Lakos’s work was a precursor to many developments in software engineering, most notably Refactoring.
The idea behind refactoring is continuously sculpting the software to ensure it’is structurally sound and flexible. Another major
contribution was by Dr Robert Martin from Object Mentor, who
wrote about dependecies and acyclic architectures
Among tools that help engineers deal with
system architecture are Structure 101 developed
by Headway software, and SA4J developed by my former company, Information Laboratory,
and now available from IBM.
2. Conventions and Templates
Naming conventions and basic templates are the most overlooked software
patterns, yet probably the most powerful.
Naming conventions enable software automation. For example, Java Beans framework is based on a simple naming convention for getters and setters.
And canonical URLs in del.icio.us: http://del.icio.us/tag/software take the user to the page
that has all items tagged software.
Many social software utilise naming conventions in a similar way.

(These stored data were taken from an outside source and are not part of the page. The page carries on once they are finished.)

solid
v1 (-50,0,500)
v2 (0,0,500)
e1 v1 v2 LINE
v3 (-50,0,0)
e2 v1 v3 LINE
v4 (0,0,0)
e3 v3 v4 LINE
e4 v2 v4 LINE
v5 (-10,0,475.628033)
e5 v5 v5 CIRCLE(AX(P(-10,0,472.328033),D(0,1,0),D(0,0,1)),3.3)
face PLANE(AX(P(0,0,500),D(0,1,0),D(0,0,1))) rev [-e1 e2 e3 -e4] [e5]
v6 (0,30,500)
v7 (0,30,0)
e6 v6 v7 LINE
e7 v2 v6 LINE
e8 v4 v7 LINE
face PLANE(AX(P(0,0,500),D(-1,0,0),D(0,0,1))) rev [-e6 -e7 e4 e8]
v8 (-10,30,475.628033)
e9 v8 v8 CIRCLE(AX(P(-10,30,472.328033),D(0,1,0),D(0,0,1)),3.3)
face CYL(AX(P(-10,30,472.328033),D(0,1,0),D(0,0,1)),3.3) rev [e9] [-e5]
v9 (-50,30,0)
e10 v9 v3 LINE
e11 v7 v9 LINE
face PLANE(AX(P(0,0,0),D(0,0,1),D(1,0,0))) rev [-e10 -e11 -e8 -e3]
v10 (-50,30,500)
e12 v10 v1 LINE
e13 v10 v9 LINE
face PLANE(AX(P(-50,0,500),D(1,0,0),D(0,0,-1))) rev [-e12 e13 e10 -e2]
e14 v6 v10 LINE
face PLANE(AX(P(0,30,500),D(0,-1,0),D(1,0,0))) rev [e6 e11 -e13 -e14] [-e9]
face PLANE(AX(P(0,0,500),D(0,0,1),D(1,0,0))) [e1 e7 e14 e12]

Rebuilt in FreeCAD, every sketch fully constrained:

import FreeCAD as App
import Part
import Sketcher

V = App.Vector

doc = App.newDocument("Part")
body = doc.addObject("PartDesign::Body", "Body")

# Sketch on XY plane
sketch1 = doc.addObject("Sketcher::SketchObject", "Sketch")
body.addObject(sketch1)
sketch1.AttachmentSupport = (doc.XY_Plane, [""])
sketch1.MapMode = "FlatFace"
sketch1.addGeometry([
    Part.LineSegment(V(-50, 30, 0), V(-50, 0, 0)),
    Part.LineSegment(V(-50, 0, 0), V(0, 0, 0)),
    Part.LineSegment(V(0, 0, 0), V(0, 30, 0)),
    Part.LineSegment(V(0, 30, 0), V(-50, 30, 0)),
], False)
sketch1.addConstraint([
    Sketcher.Constraint("Coincident", 0, 2, 1, 1),
    Sketcher.Constraint("Coincident", 1, 2, 2, 1),
    Sketcher.Constraint("Coincident", 2, 2, 3, 1),
    Sketcher.Constraint("Coincident", 3, 2, 0, 1),
    Sketcher.Constraint("Vertical", 0),
    Sketcher.Constraint("Horizontal", 1),
    Sketcher.Constraint("Vertical", 2),
    Sketcher.Constraint("Horizontal", 3),
    Sketcher.Constraint("Coincident", 1, 2, -1, 1),
    Sketcher.Constraint("DistanceX", 1, 1, 1, 2, 50.0),
    Sketcher.Constraint("DistanceY", 0, 2, 0, 1, 30.0),
])
pad1 = doc.addObject("PartDesign::Pad", "Pad")
body.addObject(pad1)
pad1.Profile = sketch1
pad1.Length = 500

# Sketch on XZ plane
sketch2 = doc.addObject("Sketcher::SketchObject", "Sketch001")
body.addObject(sketch2)
sketch2.AttachmentSupport = (doc.XZ_Plane, [""])
sketch2.MapMode = "FlatFace"
sketch2.AttachmentOffset = App.Placement(V(0, 0, -30), App.Rotation())
sketch2.addGeometry(Part.Circle(V(-10, 472.3, 0), V(0, 0, 1), 3.3), False)
sketch2.addConstraint([
    Sketcher.Constraint("Diameter", 0, 6.6),
    Sketcher.Constraint("DistanceX", 0, 3, -1, 1, 10.0),
    Sketcher.Constraint("DistanceY", -1, 1, 0, 3, 472.328033),
])
doc.recompute()
hole = doc.addObject("PartDesign::Hole", "Hole")
body.addObject(hole)
hole.Profile = sketch2
hole.ThreadType = "None"
hole.Diameter = 6.6
hole.DepthType = "ThroughAll"
hole.Reversed = True

doc.recompute()
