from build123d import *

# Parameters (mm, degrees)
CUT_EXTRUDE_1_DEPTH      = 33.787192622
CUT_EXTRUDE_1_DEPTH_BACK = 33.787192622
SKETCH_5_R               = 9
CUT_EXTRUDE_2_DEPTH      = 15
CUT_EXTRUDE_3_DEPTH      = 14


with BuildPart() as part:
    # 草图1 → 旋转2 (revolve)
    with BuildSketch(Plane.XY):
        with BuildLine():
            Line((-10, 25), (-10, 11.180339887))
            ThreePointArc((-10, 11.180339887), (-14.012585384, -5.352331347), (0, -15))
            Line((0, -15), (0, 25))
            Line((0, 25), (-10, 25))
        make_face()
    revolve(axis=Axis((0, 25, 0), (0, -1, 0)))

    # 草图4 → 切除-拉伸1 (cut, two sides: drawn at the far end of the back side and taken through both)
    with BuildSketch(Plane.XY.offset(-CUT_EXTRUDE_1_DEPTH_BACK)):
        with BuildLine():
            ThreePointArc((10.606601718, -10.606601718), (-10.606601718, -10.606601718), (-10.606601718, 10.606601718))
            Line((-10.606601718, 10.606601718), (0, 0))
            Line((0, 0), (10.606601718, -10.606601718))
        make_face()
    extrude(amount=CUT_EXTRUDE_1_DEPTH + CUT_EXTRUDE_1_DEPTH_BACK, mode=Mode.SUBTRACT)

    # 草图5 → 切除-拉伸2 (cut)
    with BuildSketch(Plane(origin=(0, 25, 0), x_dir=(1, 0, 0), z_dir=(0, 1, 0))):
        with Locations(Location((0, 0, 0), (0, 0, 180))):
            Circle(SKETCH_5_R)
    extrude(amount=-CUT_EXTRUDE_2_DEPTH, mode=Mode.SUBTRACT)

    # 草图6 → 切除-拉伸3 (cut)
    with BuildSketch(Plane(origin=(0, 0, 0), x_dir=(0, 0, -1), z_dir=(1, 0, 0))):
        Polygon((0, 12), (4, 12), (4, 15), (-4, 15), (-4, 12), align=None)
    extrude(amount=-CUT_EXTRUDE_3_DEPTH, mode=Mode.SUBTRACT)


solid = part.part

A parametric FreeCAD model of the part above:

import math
import FreeCAD as App
import Part
import Sketcher
Q = App.Units.Quantity

doc = App.newDocument("Part")
body = doc.addObject("PartDesign::Body", "Body")

# Sketch on XY plane
sketch1 = body.newObject("Sketcher::SketchObject", "Sketch")
sketch1.AttachmentSupport = (doc.getObject("XY_Plane"), [""])
sketch1.MapMode = "FlatFace"
sketch1.addGeometry([
    Part.LineSegment(App.Vector(-10, 25, 0), App.Vector(-10, 11, 0)),
    Part.ArcOfCircle(Part.Circle(App.Vector(0, 0, 0), App.Vector(0, 0, 1), 15), math.radians(132), math.radians(270)),
    Part.LineSegment(App.Vector(0, -15, 0), App.Vector(0, 25, 0)),
    Part.LineSegment(App.Vector(0, 25, 0), App.Vector(-10, 25, 0)),
], False)
sketch1.addConstraint([
    Sketcher.Constraint("Coincident", 0, 2, 1, 1),
    Sketcher.Constraint("Coincident", 1, 2, 2, 1),
    Sketcher.Constraint("Coincident", 2, 2, 3, 1),
    Sketcher.Constraint("Coincident", 3, 2, 0, 1),
    Sketcher.Constraint("Vertical", 0),
    Sketcher.Constraint("Vertical", 2),
    Sketcher.Constraint("Horizontal", 3),
    Sketcher.Constraint("Coincident", 1, 3, -1, 1),
    Sketcher.Constraint("PointOnObject", 1, 2, -2),
    Sketcher.Constraint("Radius", 1, 15.0),
    Sketcher.Constraint("DistanceX", 3, 2, 3, 1, 10.0),
    Sketcher.Constraint("DistanceY", 2, 1, 2, 2, 40.0),
])
revolution = body.newObject("PartDesign::Revolution", "Revolution")
revolution.Profile = sketch1
revolution.ReferenceAxis = (sketch1, ["V_Axis"])
revolution.Angle = 360

# Sketch on XY plane
sketch2 = body.newObject("Sketcher::SketchObject", "Sketch001")
sketch2.AttachmentSupport = (doc.getObject("XY_Plane"), [""])
sketch2.MapMode = "FlatFace"
sketch2.addGeometry([
    Part.ArcOfCircle(Part.Circle(App.Vector(0, 0, 0), App.Vector(0, 0, 1), 15), math.radians(135), math.radians(315)),
    Part.LineSegment(App.Vector(11, -11, 0), App.Vector(-11, 11, 0)),
], False)
sketch2.addConstraint([
    Sketcher.Constraint("Coincident", 0, 1, 1, 2),
    Sketcher.Constraint("Coincident", 1, 1, 0, 2),
    Sketcher.Constraint("Coincident", 0, 3, -1, 1),
    Sketcher.Constraint("Radius", 0, 15.0),
    Sketcher.Constraint("Angle", 1, Q("135 deg")),
    Sketcher.Constraint("DistanceX", 0, 1, -1, 1, 10.606602),
])
pocket1 = body.newObject("PartDesign::Pocket", "Pocket")
pocket1.Profile = sketch2
pocket1.Type = "ThroughAll"
pocket1.Midplane = True

# Sketch on XZ plane
sketch3 = body.newObject("Sketcher::SketchObject", "Sketch002")
sketch3.AttachmentSupport = (doc.getObject("XZ_Plane"), [""])
sketch3.MapMode = "FlatFace"
sketch3.AttachmentOffset = App.Placement(App.Vector(0, 0, -25), App.Rotation())
sketch3.addGeometry(Part.Circle(App.Vector(0, 0, 0), App.Vector(0, 0, 1), 9), False)
sketch3.addConstraint([
    Sketcher.Constraint("Coincident", 0, 3, -1, 1),
    Sketcher.Constraint("Diameter", 0, 18.0),
])
pocket2 = body.newObject("PartDesign::Pocket", "Pocket001")
pocket2.Profile = sketch3
pocket2.Length = 15
pocket2.Reversed = True

# Sketch on YZ plane
sketch4 = body.newObject("Sketcher::SketchObject", "Sketch003")
sketch4.AttachmentSupport = (doc.getObject("YZ_Plane"), [""])
sketch4.MapMode = "FlatFace"
sketch4.addGeometry([
    Part.LineSegment(App.Vector(12, -4, 0), App.Vector(15, -4, 0)),
    Part.LineSegment(App.Vector(15, -4, 0), App.Vector(15, 4, 0)),
    Part.LineSegment(App.Vector(15, 4, 0), App.Vector(12, 4, 0)),
    Part.LineSegment(App.Vector(12, 4, 0), App.Vector(12, -4, 0)),
], False)
sketch4.addConstraint([
    Sketcher.Constraint("Coincident", 0, 2, 1, 1),
    Sketcher.Constraint("Coincident", 1, 2, 2, 1),
    Sketcher.Constraint("Coincident", 2, 2, 3, 1),
    Sketcher.Constraint("Coincident", 3, 2, 0, 1),
    Sketcher.Constraint("Horizontal", 0),
    Sketcher.Constraint("Vertical", 1),
    Sketcher.Constraint("Horizontal", 2),
    Sketcher.Constraint("Vertical", 3),
    Sketcher.Constraint("DistanceX", 0, 1, 0, 2, 3.0),
    Sketcher.Constraint("DistanceY", 1, 1, 1, 2, 8.0),
    Sketcher.Constraint("DistanceX", -1, 1, 0, 2, 15.0),
    Sketcher.Constraint("DistanceY", 0, 2, -1, 1, 4.0),
])
pocket3 = body.newObject("PartDesign::Pocket", "Pocket002")
pocket3.Profile = sketch4
pocket3.Length = 14

doc.recompute()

For example, if your user name is johnsmith then likely your avatar is johnsmith.jpg and your rss feed
Naming conventions are also used in testing, for example JUnit automatically recognizes all the
methods in the class that start with prefix test.
The templates are not C++ or Java language constructs. We’re talking about template files
that contain variables and then allow binding of objects, resolution, and rendering the result for the client.
Cold Fusion was one of the first to popularize templates for web applications.
Java followed with JSPs, and recently Apache developed handy
general purpose templating for Java called Velocity. PHP can be used as its own templating engine because
it supports eval function (be careful with security). For XML programming it is standard to use XSL language
to do templates.
From generation of HTML pages to sending standardized support emails, templates are
an essential helper in any
modern software system.
The most important concept in software
is interface. Any good software is a model
of a real (or imaginary) system. Understanding how to model the problem
in terms of correct and simple interfaces is crucial. Lots of systems suffer from the extremes:
clumped, lengthy code
with little abstractions, or an overly designed system with unnecessary complexity and unused code.
Among the many books, Agile Programming by Dr Robert Martin stands out because
of focus on modeling correct interfaces.
In modeling, there are ways you can
iterate towards the right solution. Firstly, never add methods that might be useful in the
future. Be minimalist, get away with as little as possible. Secondly, don’t be afraid to recognize today that what
you did yesterday
wasn’t right. Be willing to change things. Thirdly, be patient and enjoy the process.
you will arrive at a system that feels right. Until then, keep iterating and don’t settle.